Work order: List each line of the data that holds the string "Locations".

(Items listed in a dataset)
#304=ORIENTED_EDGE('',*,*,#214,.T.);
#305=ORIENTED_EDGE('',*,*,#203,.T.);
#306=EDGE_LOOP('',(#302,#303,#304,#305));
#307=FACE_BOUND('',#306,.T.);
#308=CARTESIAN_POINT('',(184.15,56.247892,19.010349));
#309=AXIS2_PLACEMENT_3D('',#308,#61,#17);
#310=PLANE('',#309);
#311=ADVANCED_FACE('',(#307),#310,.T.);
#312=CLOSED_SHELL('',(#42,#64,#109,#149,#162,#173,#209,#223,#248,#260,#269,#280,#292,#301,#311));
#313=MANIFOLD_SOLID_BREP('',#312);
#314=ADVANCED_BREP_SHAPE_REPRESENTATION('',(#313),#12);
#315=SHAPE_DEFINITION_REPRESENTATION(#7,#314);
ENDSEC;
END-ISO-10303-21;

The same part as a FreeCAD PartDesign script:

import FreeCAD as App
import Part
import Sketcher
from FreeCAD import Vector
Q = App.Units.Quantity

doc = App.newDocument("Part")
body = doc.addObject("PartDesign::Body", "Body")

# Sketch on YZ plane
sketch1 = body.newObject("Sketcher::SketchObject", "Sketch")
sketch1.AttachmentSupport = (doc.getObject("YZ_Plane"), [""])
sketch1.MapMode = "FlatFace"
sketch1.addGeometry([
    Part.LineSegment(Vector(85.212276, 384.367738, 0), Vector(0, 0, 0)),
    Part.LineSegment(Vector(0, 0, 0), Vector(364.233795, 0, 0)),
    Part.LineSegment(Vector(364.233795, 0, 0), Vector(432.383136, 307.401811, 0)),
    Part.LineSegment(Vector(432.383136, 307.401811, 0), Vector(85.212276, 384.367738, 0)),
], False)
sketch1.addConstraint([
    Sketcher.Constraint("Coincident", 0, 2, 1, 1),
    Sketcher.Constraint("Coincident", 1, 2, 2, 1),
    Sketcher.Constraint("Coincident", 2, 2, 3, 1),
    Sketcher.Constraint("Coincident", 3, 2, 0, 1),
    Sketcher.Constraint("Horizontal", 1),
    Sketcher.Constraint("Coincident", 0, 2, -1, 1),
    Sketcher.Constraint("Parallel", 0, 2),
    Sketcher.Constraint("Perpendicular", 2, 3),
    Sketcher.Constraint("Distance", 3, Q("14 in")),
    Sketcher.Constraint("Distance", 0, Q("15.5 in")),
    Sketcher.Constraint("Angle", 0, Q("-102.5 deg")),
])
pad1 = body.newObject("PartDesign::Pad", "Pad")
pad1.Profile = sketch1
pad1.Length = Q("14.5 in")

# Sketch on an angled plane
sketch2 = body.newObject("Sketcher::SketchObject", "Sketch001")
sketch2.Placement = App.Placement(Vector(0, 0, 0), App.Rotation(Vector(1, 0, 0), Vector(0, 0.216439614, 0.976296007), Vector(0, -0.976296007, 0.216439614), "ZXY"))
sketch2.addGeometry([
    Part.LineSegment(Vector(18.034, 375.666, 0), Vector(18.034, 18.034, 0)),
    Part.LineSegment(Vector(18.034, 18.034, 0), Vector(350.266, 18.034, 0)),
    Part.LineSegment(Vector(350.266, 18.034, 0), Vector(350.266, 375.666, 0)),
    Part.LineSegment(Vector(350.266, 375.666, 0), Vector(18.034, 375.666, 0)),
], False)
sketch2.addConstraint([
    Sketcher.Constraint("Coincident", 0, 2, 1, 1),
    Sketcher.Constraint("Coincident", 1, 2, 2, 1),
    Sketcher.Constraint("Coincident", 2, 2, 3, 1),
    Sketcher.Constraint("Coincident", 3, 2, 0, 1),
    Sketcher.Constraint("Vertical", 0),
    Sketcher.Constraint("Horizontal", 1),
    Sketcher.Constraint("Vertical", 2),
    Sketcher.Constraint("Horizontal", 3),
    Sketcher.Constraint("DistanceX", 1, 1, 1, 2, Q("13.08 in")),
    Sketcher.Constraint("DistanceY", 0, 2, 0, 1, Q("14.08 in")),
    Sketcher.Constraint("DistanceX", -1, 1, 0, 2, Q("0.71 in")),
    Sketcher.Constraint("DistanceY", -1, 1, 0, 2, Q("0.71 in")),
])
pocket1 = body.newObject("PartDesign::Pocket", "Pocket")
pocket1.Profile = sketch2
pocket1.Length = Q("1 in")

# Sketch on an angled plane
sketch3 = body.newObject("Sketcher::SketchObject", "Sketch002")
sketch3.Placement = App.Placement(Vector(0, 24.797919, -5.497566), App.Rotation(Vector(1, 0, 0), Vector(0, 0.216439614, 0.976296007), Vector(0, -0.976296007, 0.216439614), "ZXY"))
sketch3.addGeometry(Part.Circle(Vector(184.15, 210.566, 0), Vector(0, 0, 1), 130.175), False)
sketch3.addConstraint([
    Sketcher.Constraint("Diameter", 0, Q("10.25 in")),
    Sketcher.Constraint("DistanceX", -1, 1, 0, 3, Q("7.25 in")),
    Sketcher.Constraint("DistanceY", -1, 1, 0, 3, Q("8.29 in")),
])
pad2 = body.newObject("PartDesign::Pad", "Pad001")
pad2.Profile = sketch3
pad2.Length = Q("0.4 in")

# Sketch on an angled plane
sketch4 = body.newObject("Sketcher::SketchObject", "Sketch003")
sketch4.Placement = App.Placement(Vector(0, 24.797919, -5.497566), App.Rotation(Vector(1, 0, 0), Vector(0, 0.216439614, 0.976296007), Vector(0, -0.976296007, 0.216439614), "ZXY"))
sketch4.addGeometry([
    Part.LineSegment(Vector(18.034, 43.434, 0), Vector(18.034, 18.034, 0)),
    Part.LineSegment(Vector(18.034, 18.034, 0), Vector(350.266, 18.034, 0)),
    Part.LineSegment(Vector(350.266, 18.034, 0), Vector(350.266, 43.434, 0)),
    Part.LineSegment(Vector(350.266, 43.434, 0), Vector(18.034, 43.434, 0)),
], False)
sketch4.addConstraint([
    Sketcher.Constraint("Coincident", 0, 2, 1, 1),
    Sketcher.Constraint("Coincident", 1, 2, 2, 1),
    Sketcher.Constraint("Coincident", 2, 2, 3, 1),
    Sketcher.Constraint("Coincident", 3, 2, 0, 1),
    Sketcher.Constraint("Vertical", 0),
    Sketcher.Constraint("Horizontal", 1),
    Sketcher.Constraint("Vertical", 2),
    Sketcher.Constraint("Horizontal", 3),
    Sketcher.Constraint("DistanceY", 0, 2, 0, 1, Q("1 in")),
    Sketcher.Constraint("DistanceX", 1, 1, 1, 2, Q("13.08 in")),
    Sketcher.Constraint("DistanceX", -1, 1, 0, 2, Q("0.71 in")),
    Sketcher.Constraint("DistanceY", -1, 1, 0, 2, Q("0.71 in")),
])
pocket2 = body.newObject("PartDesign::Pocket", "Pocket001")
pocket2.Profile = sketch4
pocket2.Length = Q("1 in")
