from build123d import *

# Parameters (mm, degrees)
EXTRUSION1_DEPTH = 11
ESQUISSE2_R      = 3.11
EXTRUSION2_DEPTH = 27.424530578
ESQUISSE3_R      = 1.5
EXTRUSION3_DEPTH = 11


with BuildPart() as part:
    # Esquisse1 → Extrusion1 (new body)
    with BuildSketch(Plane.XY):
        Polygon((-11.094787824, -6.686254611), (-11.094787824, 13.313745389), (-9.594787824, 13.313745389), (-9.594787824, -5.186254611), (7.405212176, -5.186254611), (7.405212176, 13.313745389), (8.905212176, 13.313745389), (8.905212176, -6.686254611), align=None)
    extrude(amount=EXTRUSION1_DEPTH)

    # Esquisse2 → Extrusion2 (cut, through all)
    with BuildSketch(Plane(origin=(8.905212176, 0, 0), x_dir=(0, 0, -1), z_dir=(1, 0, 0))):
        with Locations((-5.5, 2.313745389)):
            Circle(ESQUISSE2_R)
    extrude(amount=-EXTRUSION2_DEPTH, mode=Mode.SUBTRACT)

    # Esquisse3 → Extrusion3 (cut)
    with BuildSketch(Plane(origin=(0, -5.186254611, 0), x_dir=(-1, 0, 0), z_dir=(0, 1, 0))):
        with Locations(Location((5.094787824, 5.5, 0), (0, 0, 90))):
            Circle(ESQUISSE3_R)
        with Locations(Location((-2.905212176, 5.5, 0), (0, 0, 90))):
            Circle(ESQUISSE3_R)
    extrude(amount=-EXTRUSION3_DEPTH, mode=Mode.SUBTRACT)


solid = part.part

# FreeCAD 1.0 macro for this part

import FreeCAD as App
import Part
import Sketcher
from FreeCAD import Vector


def add_polygon(sketch, points):
    """Adds a closed chain of lines whose ends are joined by coincident constraints."""
    first, n = sketch.GeometryCount, len(points)
    for a, b in zip(points, points[1:] + points[:1]):
        sketch.addGeometry(Part.LineSegment(App.Vector(*a, 0), App.Vector(*b, 0)), False)
    for i in range(n):
        sketch.addConstraint(Sketcher.Constraint("Coincident", first + i, 2, first + (i + 1) % n, 1))

doc = App.newDocument("Part")
params = doc.addObject("Spreadsheet::Sheet", "Params")
for row, (alias, value) in enumerate([
    ("sketch1_width", "20 mm"),
    ("sketch1_width2", "17 mm"),
    ("sketch1_height", "18.5 mm"),
    ("pad1_length", "11 mm"),
    ("sketch2_diameter", "6.22 mm"),
    ("sketch3_diameter", "3 mm"),
    ("pocket2_length", "11 mm"),
], start=1):
    params.set(f"A{row}", alias)
    params.set(f"B{row}", "=" + value)
    params.setAlias(f"B{row}", alias)

body = doc.addObject("PartDesign::Body", "Body")

# Sketch on XY plane
sketch1 = body.newObject("Sketcher::SketchObject", "Sketch")
sketch1.AttachmentSupport = (doc.getObject("XY_Plane"), [""])
sketch1.MapMode = "FlatFace"
add_polygon(sketch1, [(-11.094788, 13.313745), (-11.094788, -6.686255), (8.905212, -6.686255), (8.905212, 13.313745), (7.405212, 13.313745), (7.405212, -5.186255), (-9.594788, -5.186255), (-9.594788, 13.313745)])  # lines 0-7
sketch1.addConstraint(Sketcher.Constraint("Vertical", 0))
sketch1.addConstraint(Sketcher.Constraint("Horizontal", 1))
sketch1.addConstraint(Sketcher.Constraint("Vertical", 2))
sketch1.addConstraint(Sketcher.Constraint("Horizontal", 3))
sketch1.addConstraint(Sketcher.Constraint("Vertical", 4))
sketch1.addConstraint(Sketcher.Constraint("Horizontal", 5))
sketch1.addConstraint(Sketcher.Constraint("Vertical", 6))
sketch1.addConstraint(Sketcher.Constraint("Horizontal", 7))
sketch1.addConstraint(Sketcher.Constraint("Horizontal", 3, 2, 6, 2))
sketch1.addConstraint(Sketcher.Constraint("Equal", 3, 7))
sketch1.addConstraint(Sketcher.Constraint("Equal", 1, 0))
sketch1.addConstraint(Sketcher.Constraint("DistanceX", 1, 1, 1, 2, 20.0))
sketch1.addConstraint(Sketcher.Constraint("DistanceX", 5, 2, 5, 1, 17.0))
sketch1.addConstraint(Sketcher.Constraint("DistanceY", 4, 2, 4, 1, 18.5))
sketch1.addConstraint(Sketcher.Constraint("DistanceX", 0, 2, -1, 1, 11.094788))
sketch1.addConstraint(Sketcher.Constraint("DistanceY", 0, 2, -1, 1, 6.686255))
sketch1.setExpression("Constraints[19]", "Params.sketch1_width")
sketch1.setExpression("Constraints[20]", "Params.sketch1_width2")
sketch1.setExpression("Constraints[21]", "Params.sketch1_height")
pad1 = body.newObject("PartDesign::Pad", "Pad")
pad1.Profile = sketch1
pad1.setExpression("Length", "Params.pad1_length")

# Sketch on YZ plane
sketch2 = body.newObject("Sketcher::SketchObject", "Sketch001")
sketch2.AttachmentSupport = (doc.getObject("YZ_Plane"), [""])
sketch2.MapMode = "FlatFace"
sketch2.AttachmentOffset = App.Placement(Vector(0, 0, 8.905212), App.Rotation())
sketch2.addGeometry(Part.Circle(Vector(2.313745, 5.5, 0), Vector(0, 0, 1), 3.11), False)
sketch2.addConstraint(Sketcher.Constraint("Diameter", 0, 6.22))
sketch2.addConstraint(Sketcher.Constraint("DistanceY", -1, 1, 0, 3, 5.5))
sketch2.addConstraint(Sketcher.Constraint("DistanceX", -1, 1, 0, 3, 2.313745))
sketch2.setExpression("Constraints[0]", "Params.sketch2_diameter")
pocket1 = body.newObject("PartDesign::Pocket", "Pocket")
pocket1.Profile = sketch2
pocket1.Type = "ThroughAll"

# Sketch on XZ plane
sketch3 = body.newObject("Sketcher::SketchObject", "Sketch002")
sketch3.AttachmentSupport = (doc.getObject("XZ_Plane"), [""])
sketch3.MapMode = "FlatFace"
sketch3.AttachmentOffset = App.Placement(Vector(0, 0, 5.186255), App.Rotation())
sketch3.addGeometry(Part.Circle(Vector(-5.094788, 5.5, 0), Vector(0, 0, 1), 1.5), False)
sketch3.addGeometry(Part.Circle(Vector(2.905212, 5.5, 0), Vector(0, 0, 1), 1.5), False)
sketch3.addConstraint(Sketcher.Constraint("Equal", 0, 1))
sketch3.addConstraint(Sketcher.Constraint("Horizontal", 0, 3, 1, 3))
sketch3.addConstraint(Sketcher.Constraint("Diameter", 0, 3.0))
sketch3.addConstraint(Sketcher.Constraint("DistanceX", 0, 3, 1, 3, 8.0))
sketch3.addConstraint(Sketcher.Constraint("DistanceY", -1, 1, 0, 3, 5.5))
sketch3.addConstraint(Sketcher.Constraint("DistanceX", 0, 3, -1, 1, 5.094788))
sketch3.setExpression("Constraints[2]", "Params.sketch3_diameter")
pocket2 = body.newObject("PartDesign::Pocket", "Pocket001")
pocket2.Profile = sketch3
pocket2.setExpression("Length", "Params.pocket2_length")
pocket2.Reversed = True

doc.recompute()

Solved problem:
        with Locations((-5.5, 2.313745389)):
        with Locations(Location((5.094787824, 5.5, 0), (0, 0, 90))):
        with Locations(Location((-2.905212176, 5.5, 0), (0, 0, 90))):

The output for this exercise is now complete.